The polar seas abound in krill, the tiny crustacea that live on plankton. The main predator of krill is the whale; now that the whaling industry has driven whales almost to extinction, the krill is richly abundant. So Daedalus plans to harvest it directly.

What is needed, he says, is some sort of automatic, self-propelled submerged vehicle that would wander at random around the polar seas, sucking in the krill like a giant vacuum-cleaner. When fully laden, it would return with its catch to a home port or a mother-ship. Modern robotics and satellite navigation techniques make this fairly simple in principle. But the devil, as ever, is in the details.

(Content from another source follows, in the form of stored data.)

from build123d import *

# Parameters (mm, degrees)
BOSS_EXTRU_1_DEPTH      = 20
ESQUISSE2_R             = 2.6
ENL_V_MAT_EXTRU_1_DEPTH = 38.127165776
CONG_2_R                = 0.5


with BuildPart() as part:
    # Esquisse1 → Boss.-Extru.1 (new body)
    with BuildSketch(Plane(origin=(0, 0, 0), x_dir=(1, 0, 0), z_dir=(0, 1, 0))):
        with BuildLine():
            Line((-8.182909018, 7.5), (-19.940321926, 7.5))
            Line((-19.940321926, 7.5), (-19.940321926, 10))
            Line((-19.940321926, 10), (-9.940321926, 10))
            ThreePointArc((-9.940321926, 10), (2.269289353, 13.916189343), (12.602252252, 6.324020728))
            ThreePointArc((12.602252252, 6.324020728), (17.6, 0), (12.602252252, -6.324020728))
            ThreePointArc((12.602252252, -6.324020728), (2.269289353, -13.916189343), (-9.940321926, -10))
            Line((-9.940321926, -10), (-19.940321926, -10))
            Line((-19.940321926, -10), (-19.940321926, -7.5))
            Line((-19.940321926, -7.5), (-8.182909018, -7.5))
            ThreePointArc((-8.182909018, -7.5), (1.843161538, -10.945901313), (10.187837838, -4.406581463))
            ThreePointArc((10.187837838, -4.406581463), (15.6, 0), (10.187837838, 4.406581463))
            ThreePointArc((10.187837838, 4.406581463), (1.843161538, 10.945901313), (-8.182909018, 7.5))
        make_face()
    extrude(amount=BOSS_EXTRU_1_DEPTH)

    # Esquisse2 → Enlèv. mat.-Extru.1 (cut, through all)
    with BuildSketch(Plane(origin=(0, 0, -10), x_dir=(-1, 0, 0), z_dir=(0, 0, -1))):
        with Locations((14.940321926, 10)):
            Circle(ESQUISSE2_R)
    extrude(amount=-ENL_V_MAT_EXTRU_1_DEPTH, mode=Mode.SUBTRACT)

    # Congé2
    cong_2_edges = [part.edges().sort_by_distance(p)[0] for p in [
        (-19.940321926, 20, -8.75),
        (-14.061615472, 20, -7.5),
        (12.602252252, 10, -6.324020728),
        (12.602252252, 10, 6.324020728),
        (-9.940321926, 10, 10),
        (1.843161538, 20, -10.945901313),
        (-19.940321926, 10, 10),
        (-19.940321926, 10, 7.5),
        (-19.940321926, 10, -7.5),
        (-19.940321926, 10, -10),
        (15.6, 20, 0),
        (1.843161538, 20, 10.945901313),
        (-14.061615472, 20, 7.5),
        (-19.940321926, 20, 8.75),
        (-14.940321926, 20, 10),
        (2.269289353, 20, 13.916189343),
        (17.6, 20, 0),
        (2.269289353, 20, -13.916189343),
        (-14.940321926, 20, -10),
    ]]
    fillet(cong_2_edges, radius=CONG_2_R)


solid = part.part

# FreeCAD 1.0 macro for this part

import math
import FreeCAD as App
import Part
import Sketcher


def edges_at(feature, points):
    """Names of the edges that pass closest to the given points."""
    edges = feature.Shape.Edges
    near = lambda p: min(range(len(edges)), key=lambda i: edges[i].distToShape(Part.Vertex(*p))[0])
    return sorted({f"Edge{near(p) + 1}" for p in points})

doc = App.newDocument("Part")
body = doc.addObject("PartDesign::Body", "Body")

# Sketch on XZ plane
sketch1 = doc.addObject("Sketcher::SketchObject", "Sketch")
body.addObject(sketch1)
sketch1.AttachmentSupport = (doc.XZ_Plane, [""])
sketch1.MapMode = "FlatFace"
sketch1.addGeometry(Part.LineSegment(App.Vector(-19.940322, -7.5, 0), App.Vector(-8.182909, -7.5, 0)), False)
sketch1.addGeometry(Part.ArcOfCircle(Part.Circle(App.Vector(0, 0, 0), App.Vector(0, 0, 1), 11.1), math.radians(-137.493358), math.radians(-23.390101)), False)
sketch1.addGeometry(Part.ArcOfCircle(Part.Circle(App.Vector(11.1, 0, 0), App.Vector(0, 0, 1), 4.5), math.radians(-101.69505), math.radians(101.69505)), False)
sketch1.addGeometry(Part.ArcOfCircle(Part.Circle(App.Vector(0, 0, 0), App.Vector(0, 0, 1), 11.1), math.radians(23.390101), math.radians(137.493358)), False)
sketch1.addGeometry(Part.LineSegment(App.Vector(-8.182909, 7.5, 0), App.Vector(-19.940322, 7.5, 0)), False)
sketch1.addGeometry(Part.LineSegment(App.Vector(-19.940322, 7.5, 0), App.Vector(-19.940322, 10, 0)), False)
sketch1.addGeometry(Part.LineSegment(App.Vector(-19.940322, 10, 0), App.Vector(-9.940322, 10, 0)), False)
sketch1.addGeometry(Part.ArcOfCircle(Part.Circle(App.Vector(0, 0, 0), App.Vector(0, 0, 1), 14.1), math.radians(26.648262), math.radians(134.828524)), False)
sketch1.addGeometry(Part.ArcOfCircle(Part.Circle(App.Vector(11.1, 0, 0), App.Vector(0, 0, 1), 6.5), math.radians(-76.637232), math.radians(76.637232)), False)
sketch1.addGeometry(Part.ArcOfCircle(Part.Circle(App.Vector(0, 0, 0), App.Vector(0, 0, 1), 14.1), math.radians(-134.828524), math.radians(-26.648262)), False)
sketch1.addGeometry(Part.LineSegment(App.Vector(-9.940322, -10, 0), App.Vector(-19.940322, -10, 0)), False)
sketch1.addGeometry(Part.LineSegment(App.Vector(-19.940322, -10, 0), App.Vector(-19.940322, -7.5, 0)), False)
sketch1.addConstraint(Sketcher.Constraint("Coincident", 0, 2, 1, 1))
sketch1.addConstraint(Sketcher.Constraint("Coincident", 1, 2, 2, 1))
sketch1.addConstraint(Sketcher.Constraint("Coincident", 2, 2, 3, 1))
sketch1.addConstraint(Sketcher.Constraint("Coincident", 3, 2, 4, 1))
sketch1.addConstraint(Sketcher.Constraint("Coincident", 4, 2, 5, 1))
sketch1.addConstraint(Sketcher.Constraint("Coincident", 5, 2, 6, 1))
sketch1.addConstraint(Sketcher.Constraint("Coincident", 6, 2, 7, 2))
sketch1.addConstraint(Sketcher.Constraint("Coincident", 7, 1, 8, 2))
sketch1.addConstraint(Sketcher.Constraint("Coincident", 8, 1, 9, 2))
sketch1.addConstraint(Sketcher.Constraint("Coincident", 9, 1, 10, 1))
sketch1.addConstraint(Sketcher.Constraint("Coincident", 10, 2, 11, 1))
sketch1.addConstraint(Sketcher.Constraint("Coincident", 11, 2, 0, 1))
sketch1.addConstraint(Sketcher.Constraint("Horizontal", 0))
sketch1.addConstraint(Sketcher.Constraint("Horizontal", 4))
sketch1.addConstraint(Sketcher.Constraint("Vertical", 5))
sketch1.addConstraint(Sketcher.Constraint("Horizontal", 6))
sketch1.addConstraint(Sketcher.Constraint("Horizontal", 10))
sketch1.addConstraint(Sketcher.Constraint("Vertical", 11))
sketch1.addConstraint(Sketcher.Constraint("Coincident", 1, 3, -1, 1))
sketch1.addConstraint(Sketcher.Constraint("Coincident", 3, 3, -1, 1))
sketch1.addConstraint(Sketcher.Constraint("Coincident", 7, 3, -1, 1))
sketch1.addConstraint(Sketcher.Constraint("Coincident", 9, 3, -1, 1))
sketch1.addConstraint(Sketcher.Constraint("Coincident", 8, 3, 2, 3))
sketch1.addConstraint(Sketcher.Constraint("Equal", 1, 3))
sketch1.addConstraint(Sketcher.Constraint("Equal", 7, 9))
sketch1.addConstraint(Sketcher.Constraint("Symmetric", 5, 2, 10, 2, -1))
sketch1.addConstraint(Sketcher.Constraint("PointOnObject", 2, 3, -1))
sketch1.addConstraint(Sketcher.Constraint("Vertical", 0, 2, 3, 2))
sketch1.addConstraint(Sketcher.Constraint("Radius", 1, 11.1))
sketch1.addConstraint(Sketcher.Constraint("Radius", 2, 4.5))
sketch1.addConstraint(Sketcher.Constraint("Radius", 7, 14.1))
sketch1.addConstraint(Sketcher.Constraint("Radius", 8, 6.5))
sketch1.addConstraint(Sketcher.Constraint("DistanceX", 6, 1, 6, 2, 10.0))
sketch1.addConstraint(Sketcher.Constraint("DistanceY", 5, 1, 5, 2, 2.5))
sketch1.addConstraint(Sketcher.Constraint("DistanceY", -1, 1, 5, 2, 10.0))
sketch1.addConstraint(Sketcher.Constraint("DistanceX", -1, 1, 2, 3, 11.1))
pad1 = doc.addObject("PartDesign::Pad", "Pad")
body.addObject(pad1)
pad1.Profile = sketch1
pad1.Length = 20
pad1.Reversed = True

# Sketch on XY plane
sketch2 = doc.addObject("Sketcher::SketchObject", "Sketch001")
body.addObject(sketch2)
sketch2.AttachmentSupport = (doc.XY_Plane, [""])
sketch2.MapMode = "FlatFace"
sketch2.AttachmentOffset = App.Placement(App.Vector(0, 0, -10), App.Rotation())
sketch2.addGeometry(Part.Circle(App.Vector(-14.940322, 10, 0), App.Vector(0, 0, 1), 2.6), False)
sketch2.addConstraint(Sketcher.Constraint("Diameter", 0, 5.2))
sketch2.addConstraint(Sketcher.Constraint("DistanceY", -1, 1, 0, 3, 10.0))
sketch2.addConstraint(Sketcher.Constraint("DistanceX", 0, 3, -1, 1, 14.940322))
pocket1 = doc.addObject("PartDesign::Pocket", "Pocket")
body.addObject(pocket1)
pocket1.Profile = sketch2
pocket1.Type = "ThroughAll"
pocket1.Reversed = True
doc.recompute()

fillet = doc.addObject("PartDesign::Fillet", "Fillet")
body.addObject(fillet)
fillet.Base = (pocket1, edges_at(pocket1, [
    (-19.94, 20, -8.75),
    (-14.062, 20, -7.5),
    (12.602, 10, -6.324),
    (12.602, 10, 6.324),
    (-9.94, 10, 10),
    (1.843, 20, -10.946),
    (-19.94, 10, 10),
    (-19.94, 10, 7.5),
    (-19.94, 10, -7.5),
    (-19.94, 10, -10),
    (15.6, 20, 0),
    (1.843, 20, 10.946),
    (-14.062, 20, 7.5),
    (-19.94, 20, 8.75),
    (-14.94, 20, 10),
    (2.269, 20, 13.916),
    (17.6, 20, 0),
    (2.269, 20, -13.916),
    (-14.94, 20, -10),
]))
fillet.Radius = 0.5

doc.recompute()
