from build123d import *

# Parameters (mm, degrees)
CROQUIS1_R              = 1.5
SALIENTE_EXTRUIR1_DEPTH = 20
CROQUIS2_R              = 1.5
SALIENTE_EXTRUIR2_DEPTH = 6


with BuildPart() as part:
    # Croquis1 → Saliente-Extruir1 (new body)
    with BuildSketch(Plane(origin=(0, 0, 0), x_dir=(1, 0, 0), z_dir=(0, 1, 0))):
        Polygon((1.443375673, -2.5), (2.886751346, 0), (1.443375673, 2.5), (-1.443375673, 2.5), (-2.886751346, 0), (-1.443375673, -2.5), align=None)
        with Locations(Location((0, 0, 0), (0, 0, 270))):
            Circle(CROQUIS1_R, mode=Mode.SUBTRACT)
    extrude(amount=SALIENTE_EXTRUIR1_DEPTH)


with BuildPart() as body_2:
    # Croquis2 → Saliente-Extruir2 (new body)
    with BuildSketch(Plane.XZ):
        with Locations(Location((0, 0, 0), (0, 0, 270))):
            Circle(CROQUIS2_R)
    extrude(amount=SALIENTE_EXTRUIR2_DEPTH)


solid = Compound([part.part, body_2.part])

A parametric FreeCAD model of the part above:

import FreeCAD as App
import Part
import Sketcher
Q = App.Units.Quantity


def add_polygon(sketch, points):
    """Adds a closed chain of lines whose ends are joined by coincident constraints."""
    first, n = sketch.GeometryCount, len(points)
    for a, b in zip(points, points[1:] + points[:1]):
        sketch.addGeometry(Part.LineSegment(App.Vector(*a, 0), App.Vector(*b, 0)), False)
    for i in range(n):
        sketch.addConstraint(Sketcher.Constraint("Coincident", first + i, 2, first + (i + 1) % n, 1))

doc = App.newDocument("Part")
body = doc.addObject("PartDesign::Body", "Body")

# Sketch on XZ plane
sketch1 = body.newObject("Sketcher::SketchObject", "Sketch")
sketch1.AttachmentSupport = (doc.getObject("XZ_Plane"), [""])
sketch1.MapMode = "FlatFace"
add_polygon(sketch1, [(1.4, 2.5), (2.9, 0), (1.4, -2.5), (-1.4, -2.5), (-2.9, 0), (-1.4, 2.5)])  # lines 0-5
sketch1.addGeometry(Part.Circle(App.Vector(0, 0, 0), App.Vector(0, 0, 1), 1.5), False)  # 6
sketch1.addConstraint([
    Sketcher.Constraint("Horizontal", 2),
    Sketcher.Constraint("Horizontal", 5),
    Sketcher.Constraint("Coincident", 6, 3, -1, 1),
    Sketcher.Constraint("Symmetric", 0, 2, 3, 2, -1, 1),
    Sketcher.Constraint("Symmetric", 1, 2, 4, 2, -1, 1),
    Sketcher.Constraint("PointOnObject", 0, 2, -1),
    Sketcher.Constraint("Parallel", 0, 3),
    Sketcher.Constraint("Vertical", 2, 2, 4, 2),
    Sketcher.Constraint("Diameter", 6, Q("3 mm")),
    Sketcher.Constraint("Angle", 0, Q("-60 deg")),
    Sketcher.Constraint("DistanceY", 2, 2, 4, 2, Q("5 mm")),
    Sketcher.Constraint("DistanceX", 2, 2, 2, 1, Q("2.886751 mm")),
])
pad1 = body.newObject("PartDesign::Pad", "Pad")
pad1.Profile = sketch1
pad1.Length = 20
pad1.Reversed = True
body2 = doc.addObject("PartDesign::Body", "Body001")

# Sketch on XZ plane
sketch2 = body2.newObject("Sketcher::SketchObject", "Sketch001")
sketch2.AttachmentSupport = (doc.getObject("XZ_Plane001"), [""])
sketch2.MapMode = "FlatFace"
sketch2.addGeometry(Part.Circle(App.Vector(0, 0, 0), App.Vector(0, 0, 1), 1.5), False)
sketch2.addConstraint([
    Sketcher.Constraint("Coincident", 0, 3, -1, 1),
    Sketcher.Constraint("Diameter", 0, Q("3 mm")),
])
pad2 = body2.newObject("PartDesign::Pad", "Pad001")
pad2.Profile = sketch2
pad2.Length = 6

doc.recompute()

Daedalus's ‘oceanic filter-feeder’ is essentially an open framework whose bow is a huge filter. Its mesh is chosen to admit krill, but to exclude bigger fish, weed, flotsam and so on, which would complicate the processing downstream. As the craft travels round the ocean, it will strain the krill continuously from its densest stratum just under the surface. The main problem, of course, is that each voyage will continue for many days or weeks; the captured krill will die and rot long before it reaches port. Hence the need for processing: some form of on-board chemical engineering to preserve the catch. Daedalus's design cunningly splits the krill intake into two streams. The smaller stream will indeed be allowed to die and rot. It will ferment to methane gas, the fuel for the propulsion and electronics of the craft, and to carbon dioxide, which will be catalytically reacted with methane to give acetic acid (vinegar). The vinegar will pickle the larger stream of krill, preserving it in a huge flexible plastic ‘stomach’. When sensors on the stomach detect that it is full, they will switch the navigation system from ‘cruise’ to ‘homing’, and the filter-feeder will return to base with its catch.

Bulk pickled krill will be an intriguing new resource. Since filter-feeders could take over the whole ecological niche now being vacated by whales, there will be a lot of it. But despite the popularity of lobsters, prawns and other large crustacea, Daedalus doubts that krill as such will be welcomed by the chef and housewife. It may have to be ground up to a nutritious ‘fish-flour’, partially hydrolysed to a proteinaceous pabulum, or even fed to chickens. But one way or another, the ever-ingenious factory-food industry will put it to good use.